Four common types of weight-loss surgery are: Roux-en-Y gastric bypass. Laparoscopic adjustable gastric banding. Sleeve gastrectomy. Duodenal switch with biliopancreatic diversion.
7What foods can you not eat after gastric bypass surgery?
Soft foods Ground lean meat or poultry. Flaked fish. Eggs. Cottage cheese. Cooked or dried cereal. Rice. Canned or soft fresh fruit, without seeds or skin. Cooked vegetables, without skin.
8How can I reduce my weight?
Here are 10 more tips to lose weight even faster: Eat a high-protein breakfast. ... Avoid sugary drinks and fruit juice. ... Drink water a half hour before meals. ... Choose weight loss-friendly foods (see list). ... Eat soluble fiber. ... Drink coffee or tea. ... Eat mostly whole, unprocessed foods. ... Eat your food slowly.

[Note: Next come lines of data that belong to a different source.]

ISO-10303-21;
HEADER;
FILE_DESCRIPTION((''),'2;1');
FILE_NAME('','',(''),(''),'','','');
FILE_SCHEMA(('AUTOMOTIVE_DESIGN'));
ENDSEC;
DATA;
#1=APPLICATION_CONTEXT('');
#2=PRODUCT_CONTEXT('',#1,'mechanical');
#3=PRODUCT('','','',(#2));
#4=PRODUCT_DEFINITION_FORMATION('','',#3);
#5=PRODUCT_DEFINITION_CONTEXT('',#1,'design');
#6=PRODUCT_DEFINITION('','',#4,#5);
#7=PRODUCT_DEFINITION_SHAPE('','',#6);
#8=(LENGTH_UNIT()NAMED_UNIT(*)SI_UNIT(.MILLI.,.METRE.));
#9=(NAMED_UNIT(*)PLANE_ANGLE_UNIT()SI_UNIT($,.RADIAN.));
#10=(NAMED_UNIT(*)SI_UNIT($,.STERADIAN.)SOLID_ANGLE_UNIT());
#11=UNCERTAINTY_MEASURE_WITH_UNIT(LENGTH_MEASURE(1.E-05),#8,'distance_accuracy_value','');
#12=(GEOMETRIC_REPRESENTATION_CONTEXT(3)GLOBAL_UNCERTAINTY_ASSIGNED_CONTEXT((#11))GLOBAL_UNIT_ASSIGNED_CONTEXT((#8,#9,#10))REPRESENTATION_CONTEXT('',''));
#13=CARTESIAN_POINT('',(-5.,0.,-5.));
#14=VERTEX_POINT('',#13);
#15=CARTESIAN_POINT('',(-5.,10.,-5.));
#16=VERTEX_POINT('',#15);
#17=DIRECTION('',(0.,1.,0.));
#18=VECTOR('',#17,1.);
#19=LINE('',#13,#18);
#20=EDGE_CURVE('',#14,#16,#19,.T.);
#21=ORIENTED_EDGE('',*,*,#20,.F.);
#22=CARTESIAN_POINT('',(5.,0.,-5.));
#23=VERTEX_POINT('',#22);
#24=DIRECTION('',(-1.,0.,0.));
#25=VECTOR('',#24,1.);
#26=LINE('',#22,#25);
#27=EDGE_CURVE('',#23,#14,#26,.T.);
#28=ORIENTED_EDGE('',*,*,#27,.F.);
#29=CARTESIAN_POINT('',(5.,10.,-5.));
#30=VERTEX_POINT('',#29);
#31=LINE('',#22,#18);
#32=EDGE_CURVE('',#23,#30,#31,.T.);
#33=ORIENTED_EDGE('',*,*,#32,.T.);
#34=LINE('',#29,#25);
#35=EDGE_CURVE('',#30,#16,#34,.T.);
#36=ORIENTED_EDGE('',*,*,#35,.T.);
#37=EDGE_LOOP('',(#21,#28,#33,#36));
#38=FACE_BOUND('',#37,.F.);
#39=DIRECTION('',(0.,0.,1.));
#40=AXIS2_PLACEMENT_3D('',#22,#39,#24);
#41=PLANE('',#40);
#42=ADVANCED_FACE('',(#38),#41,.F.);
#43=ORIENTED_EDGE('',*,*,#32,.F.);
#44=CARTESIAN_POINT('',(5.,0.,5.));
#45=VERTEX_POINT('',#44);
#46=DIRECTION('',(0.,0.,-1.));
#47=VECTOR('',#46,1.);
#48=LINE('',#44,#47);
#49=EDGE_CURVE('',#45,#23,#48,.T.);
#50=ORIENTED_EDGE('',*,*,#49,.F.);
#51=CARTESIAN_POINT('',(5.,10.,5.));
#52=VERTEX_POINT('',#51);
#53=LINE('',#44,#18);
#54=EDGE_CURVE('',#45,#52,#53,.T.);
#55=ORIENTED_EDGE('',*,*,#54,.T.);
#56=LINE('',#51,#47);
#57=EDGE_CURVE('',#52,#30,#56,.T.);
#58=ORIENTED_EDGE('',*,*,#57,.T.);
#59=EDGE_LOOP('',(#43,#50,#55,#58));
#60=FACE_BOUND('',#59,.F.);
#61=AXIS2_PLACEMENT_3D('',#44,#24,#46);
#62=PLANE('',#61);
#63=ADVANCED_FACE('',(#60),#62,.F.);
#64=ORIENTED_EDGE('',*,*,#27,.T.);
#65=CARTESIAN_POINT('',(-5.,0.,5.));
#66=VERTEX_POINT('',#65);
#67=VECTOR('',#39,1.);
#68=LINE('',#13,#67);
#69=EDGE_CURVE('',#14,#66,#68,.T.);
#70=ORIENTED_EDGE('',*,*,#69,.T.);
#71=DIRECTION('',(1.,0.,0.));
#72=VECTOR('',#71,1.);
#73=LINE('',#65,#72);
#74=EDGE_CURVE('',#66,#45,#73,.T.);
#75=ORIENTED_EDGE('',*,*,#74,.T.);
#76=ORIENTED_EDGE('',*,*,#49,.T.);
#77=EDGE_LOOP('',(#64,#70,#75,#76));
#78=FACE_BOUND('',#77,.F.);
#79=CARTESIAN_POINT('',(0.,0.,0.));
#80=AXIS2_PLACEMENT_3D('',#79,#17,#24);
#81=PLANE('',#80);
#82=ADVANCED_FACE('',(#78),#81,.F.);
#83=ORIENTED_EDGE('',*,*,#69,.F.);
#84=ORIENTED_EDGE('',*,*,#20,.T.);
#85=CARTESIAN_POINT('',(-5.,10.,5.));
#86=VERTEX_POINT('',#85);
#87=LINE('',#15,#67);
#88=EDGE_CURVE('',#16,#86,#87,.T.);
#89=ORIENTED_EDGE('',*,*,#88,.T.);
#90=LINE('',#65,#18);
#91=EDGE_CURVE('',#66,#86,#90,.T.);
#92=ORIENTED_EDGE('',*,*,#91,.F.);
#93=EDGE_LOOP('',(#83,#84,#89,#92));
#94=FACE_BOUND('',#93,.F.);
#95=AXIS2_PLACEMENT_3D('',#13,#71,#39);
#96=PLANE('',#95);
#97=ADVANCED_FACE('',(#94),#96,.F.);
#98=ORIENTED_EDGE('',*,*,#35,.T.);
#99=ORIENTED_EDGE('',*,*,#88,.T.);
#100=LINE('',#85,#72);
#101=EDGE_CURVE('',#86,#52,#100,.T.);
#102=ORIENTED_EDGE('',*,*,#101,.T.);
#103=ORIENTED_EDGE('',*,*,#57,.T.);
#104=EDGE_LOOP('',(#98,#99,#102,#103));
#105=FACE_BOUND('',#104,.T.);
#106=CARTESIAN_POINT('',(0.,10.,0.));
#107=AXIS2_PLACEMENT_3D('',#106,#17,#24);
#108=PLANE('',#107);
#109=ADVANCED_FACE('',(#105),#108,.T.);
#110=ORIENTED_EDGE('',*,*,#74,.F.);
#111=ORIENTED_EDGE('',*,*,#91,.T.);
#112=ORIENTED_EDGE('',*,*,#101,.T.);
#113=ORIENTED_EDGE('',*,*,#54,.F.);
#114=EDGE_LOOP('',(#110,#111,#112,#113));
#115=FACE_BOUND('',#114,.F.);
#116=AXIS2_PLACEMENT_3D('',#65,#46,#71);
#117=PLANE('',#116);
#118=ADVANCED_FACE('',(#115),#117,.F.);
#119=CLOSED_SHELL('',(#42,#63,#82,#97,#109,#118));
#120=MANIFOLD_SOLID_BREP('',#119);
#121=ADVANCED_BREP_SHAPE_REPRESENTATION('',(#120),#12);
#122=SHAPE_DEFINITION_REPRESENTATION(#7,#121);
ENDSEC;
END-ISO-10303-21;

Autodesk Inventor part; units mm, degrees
ref_plane "YZ Plane" through (0, 0, 0) normal (1, 0, 0) x (0, 1, 0)
ref_plane "XZ Plane" through (0, 0, 0) normal (0, 1, 0) x (-1, 0, 0)
ref_plane "XY Plane" through (0, 0, 0) normal (0, 0, 1) x (1, 0, 0)
sketch "スケッチ1" plane through (0, 0, 0) normal (0, 1, 0) x (-1, 0, 0)
  line L0 (-5, -5) -> (5, -5)
  line L1 (5, -5) -> (5, 5)
  line L2 (5, 5) -> (-5, 5)
  line L3 (-5, 5) -> (-5, -5)
  line L4 (-5, -5) -> (5, 5) construction
  line L5 (5, -5) -> (-5, 5) construction
  point P0 (0, 0)
  dimension "d0" = 10
  dimension "d1" = 10
extrude "押し出し1" add sketch "スケッチ1" along normal blind 10
properties part number "cube"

9What is Loop duodenal switch?
Procedure: Loop duodenal switch. The loop duodenal switch (L-DS) is a single anastomosis duodeno-intestinal bypass. In this simplified version of a BPD-DS, a sleeve gastrectomy is followed by a single anastomosis of the duodenum to the ileum in a loop fashion.
10Which is better gastric sleeve or bypass?
A new stomach pouch is created by making a small or large incision in the abdomen. Like vertical sleeve gastrectomy, it causes you to feel full for a long period after eating only a small portion of food. The main difference is that gastric bypass bypasses part of the digestive track whereas sleeve gastrectomy doesn't.